Directions for this task
What is the number of lines below that contain the word "origin"? Respond with that number alone.

Data listing

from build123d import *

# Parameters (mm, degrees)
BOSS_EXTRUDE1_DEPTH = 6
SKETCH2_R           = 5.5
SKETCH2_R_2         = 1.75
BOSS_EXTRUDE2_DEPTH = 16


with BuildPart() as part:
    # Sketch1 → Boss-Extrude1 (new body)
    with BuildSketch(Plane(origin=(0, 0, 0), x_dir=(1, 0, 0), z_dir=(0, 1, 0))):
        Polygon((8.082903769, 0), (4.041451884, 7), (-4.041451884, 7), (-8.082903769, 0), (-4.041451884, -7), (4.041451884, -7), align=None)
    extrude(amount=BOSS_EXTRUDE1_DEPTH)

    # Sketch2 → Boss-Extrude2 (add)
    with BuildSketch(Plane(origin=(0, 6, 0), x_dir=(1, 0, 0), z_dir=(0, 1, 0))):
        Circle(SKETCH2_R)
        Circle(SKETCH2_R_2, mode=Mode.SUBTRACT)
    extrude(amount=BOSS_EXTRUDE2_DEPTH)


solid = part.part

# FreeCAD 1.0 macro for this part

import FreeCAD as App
import Part
import Sketcher
from FreeCAD import Vector
Q = App.Units.Quantity

doc = App.newDocument("Part")
body = doc.addObject("PartDesign::Body", "Body")

sketch1 = body.newObject("Sketcher::SketchObject", "Sketch")
sketch1.AttachmentSupport = (doc.getObject("XZ_Plane"), [""])
sketch1.MapMode = "FlatFace"
sketch1.addGeometry(Part.LineSegment(Vector(8, 0, 0), Vector(4, -7, 0)), False)
sketch1.addGeometry(Part.LineSegment(Vector(4, -7, 0), Vector(-4, -7, 0)), False)
sketch1.addGeometry(Part.LineSegment(Vector(-4, -7, 0), Vector(-8, 0, 0)), False)
sketch1.addGeometry(Part.LineSegment(Vector(-8, 0, 0), Vector(-4, 7, 0)), False)
sketch1.addGeometry(Part.LineSegment(Vector(-4, 7, 0), Vector(4, 7, 0)), False)
sketch1.addGeometry(Part.LineSegment(Vector(4, 7, 0), Vector(8, 0, 0)), False)
sketch1.addConstraint(Sketcher.Constraint("Coincident", 0, 2, 1, 1))
sketch1.addConstraint(Sketcher.Constraint("Coincident", 1, 2, 2, 1))
sketch1.addConstraint(Sketcher.Constraint("Coincident", 2, 2, 3, 1))
sketch1.addConstraint(Sketcher.Constraint("Coincident", 3, 2, 4, 1))
sketch1.addConstraint(Sketcher.Constraint("Coincident", 4, 2, 5, 1))
sketch1.addConstraint(Sketcher.Constraint("Coincident", 5, 2, 0, 1))
sketch1.addConstraint(Sketcher.Constraint("Horizontal", 1))
sketch1.addConstraint(Sketcher.Constraint("Horizontal", 4))
sketch1.addConstraint(Sketcher.Constraint("Symmetric", 0, 2, 3, 2, -1, 1))
sketch1.addConstraint(Sketcher.Constraint("Symmetric", 2, 2, 5, 2, -1, 1))
sketch1.addConstraint(Sketcher.Constraint("PointOnObject", 2, 2, -1))
sketch1.addConstraint(Sketcher.Constraint("Parallel", 2, 5))
sketch1.addConstraint(Sketcher.Constraint("Vertical", 1, 2, 3, 2))
sketch1.addConstraint(Sketcher.Constraint("Angle", 0, Q("-120 deg")))
sketch1.addConstraint(Sketcher.Constraint("DistanceY", 0, 2, -1, 1, Q("7 mm")))
sketch1.addConstraint(Sketcher.Constraint("DistanceX", 1, 2, 1, 1, Q("8.082904 mm")))
pad1 = body.newObject("PartDesign::Pad", "Pad")
pad1.Profile = sketch1
pad1.Length = 6
pad1.Reversed = True

sketch2 = body.newObject("Sketcher::SketchObject", "Sketch001")
sketch2.AttachmentSupport = (doc.getObject("XZ_Plane"), [""])
sketch2.MapMode = "FlatFace"
sketch2.AttachmentOffset = App.Placement(Vector(0, 0, -6), App.Rotation())
sketch2.addGeometry(Part.Circle(Vector(0, 0, 0), Vector(0, 0, 1), 5.5), False)
sketch2.addGeometry(Part.Circle(Vector(0, 0, 0), Vector(0, 0, 1), 1.8), False)
sketch2.addConstraint(Sketcher.Constraint("Coincident", 0, 3, -1, 1))
sketch2.addConstraint(Sketcher.Constraint("Coincident", 1, 3, -1, 1))
sketch2.addConstraint(Sketcher.Constraint("Diameter", 0, Q("11 mm")))
sketch2.addConstraint(Sketcher.Constraint("Diameter", 1, Q("3.5 mm")))
pad2 = body.newObject("PartDesign::Pad", "Pad001")
pad2.Profile = sketch2
pad2.Length = 16
pad2.Reversed = True

doc.recompute()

Result for this task
2